If the 'Company url' field is typed without "<http://> it doesn't get saved.

<http://example.com> (good)

www.example.com (bad)

example.com (bad)

Is it a bug or am I doing it wrong. (Ubuntu /Firefox 6.0)

thank you.

------
TrevorBurnham
The link to "Directed Edge's successful application video" at
<http://ycombinator.com/video.html> points to
<http://news.ycombinator.com/item?id=855057>, which in turn leads to a 404.
The video can, however, be found at <http://scotchi.posterous.com/directed-
edge>.

------
danberger
Can't wait to apply to YC.

In the meantime, a shameless plug: if there are any devs out there in DC or
NYC who want to join this startup as a technical co-founder let me know. The
early version of the product has validated the idea, we have a nice userbase,
an impressive following, and deep ties to our industry, contact me - dan at
danjberger.com - i'd love to chat :)

------
acak
I started looking for a cofounder about a month ago.
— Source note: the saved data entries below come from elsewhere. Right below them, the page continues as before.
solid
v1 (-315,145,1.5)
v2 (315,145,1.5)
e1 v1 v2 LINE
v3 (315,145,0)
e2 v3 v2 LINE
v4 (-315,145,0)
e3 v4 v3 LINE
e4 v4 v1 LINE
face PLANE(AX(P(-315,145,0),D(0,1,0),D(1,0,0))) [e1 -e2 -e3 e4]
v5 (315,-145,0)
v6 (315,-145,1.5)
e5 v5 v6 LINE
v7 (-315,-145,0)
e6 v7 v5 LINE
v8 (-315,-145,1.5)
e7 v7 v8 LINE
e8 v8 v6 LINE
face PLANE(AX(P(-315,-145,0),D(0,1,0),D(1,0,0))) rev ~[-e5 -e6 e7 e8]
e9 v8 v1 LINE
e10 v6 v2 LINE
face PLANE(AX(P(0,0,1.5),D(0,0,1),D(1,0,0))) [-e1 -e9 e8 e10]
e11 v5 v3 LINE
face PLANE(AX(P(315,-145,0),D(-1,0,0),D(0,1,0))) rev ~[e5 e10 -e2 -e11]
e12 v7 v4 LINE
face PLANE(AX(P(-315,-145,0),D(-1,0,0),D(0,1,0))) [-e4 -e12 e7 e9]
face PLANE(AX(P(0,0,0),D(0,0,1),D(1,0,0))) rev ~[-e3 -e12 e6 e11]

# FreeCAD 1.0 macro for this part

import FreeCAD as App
import Part
import Sketcher

doc = App.newDocument("Part")
body = doc.addObject("PartDesign::Body", "Body")

# Sketch on XY plane
sketch1 = body.newObject("Sketcher::SketchObject", "Sketch")
sketch1.AttachmentSupport = (doc.getObject("XY_Plane"), [""])
sketch1.MapMode = "FlatFace"
sketch1.addGeometry(Part.LineSegment(App.Vector(-315, 145, 0), App.Vector(-315, -145, 0)), False)
sketch1.addGeometry(Part.LineSegment(App.Vector(-315, -145, 0), App.Vector(315, -145, 0)), False)
sketch1.addGeometry(Part.LineSegment(App.Vector(315, -145, 0), App.Vector(315, 145, 0)), False)
sketch1.addGeometry(Part.LineSegment(App.Vector(315, 145, 0), App.Vector(-315, 145, 0)), False)
sketch1.addConstraint(Sketcher.Constraint("Coincident", 0, 2, 1, 1))
sketch1.addConstraint(Sketcher.Constraint("Coincident", 1, 2, 2, 1))
sketch1.addConstraint(Sketcher.Constraint("Coincident", 2, 2, 3, 1))
sketch1.addConstraint(Sketcher.Constraint("Coincident", 3, 2, 0, 1))
sketch1.addConstraint(Sketcher.Constraint("Vertical", 0))
sketch1.addConstraint(Sketcher.Constraint("Horizontal", 1))
sketch1.addConstraint(Sketcher.Constraint("Vertical", 2))
sketch1.addConstraint(Sketcher.Constraint("Horizontal", 3))
sketch1.addConstraint(Sketcher.Constraint("Symmetric", 0, 2, 2, 2, -1, 1))
sketch1.addConstraint(Sketcher.Constraint("DistanceX", 1, 1, 1, 2, 630.0))
sketch1.addConstraint(Sketcher.Constraint("DistanceY", 0, 2, 0, 1, 290.0))
pad1 = body.newObject("PartDesign::Pad", "Pad")
pad1.Profile = sketch1
pad1.Length = 1.5

doc.recompute()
I am not sure if I will
find one by October 31st but the search is on.

How is this evaluated on the application?

Also, there was a recent clarification by the USCIS that a H1-B visa holder
can work for his/her own company.

Is YC cognizant of this and can it help the visa holder jump through any hoops
(legal or otherwise) to be a H1-B start-up founder?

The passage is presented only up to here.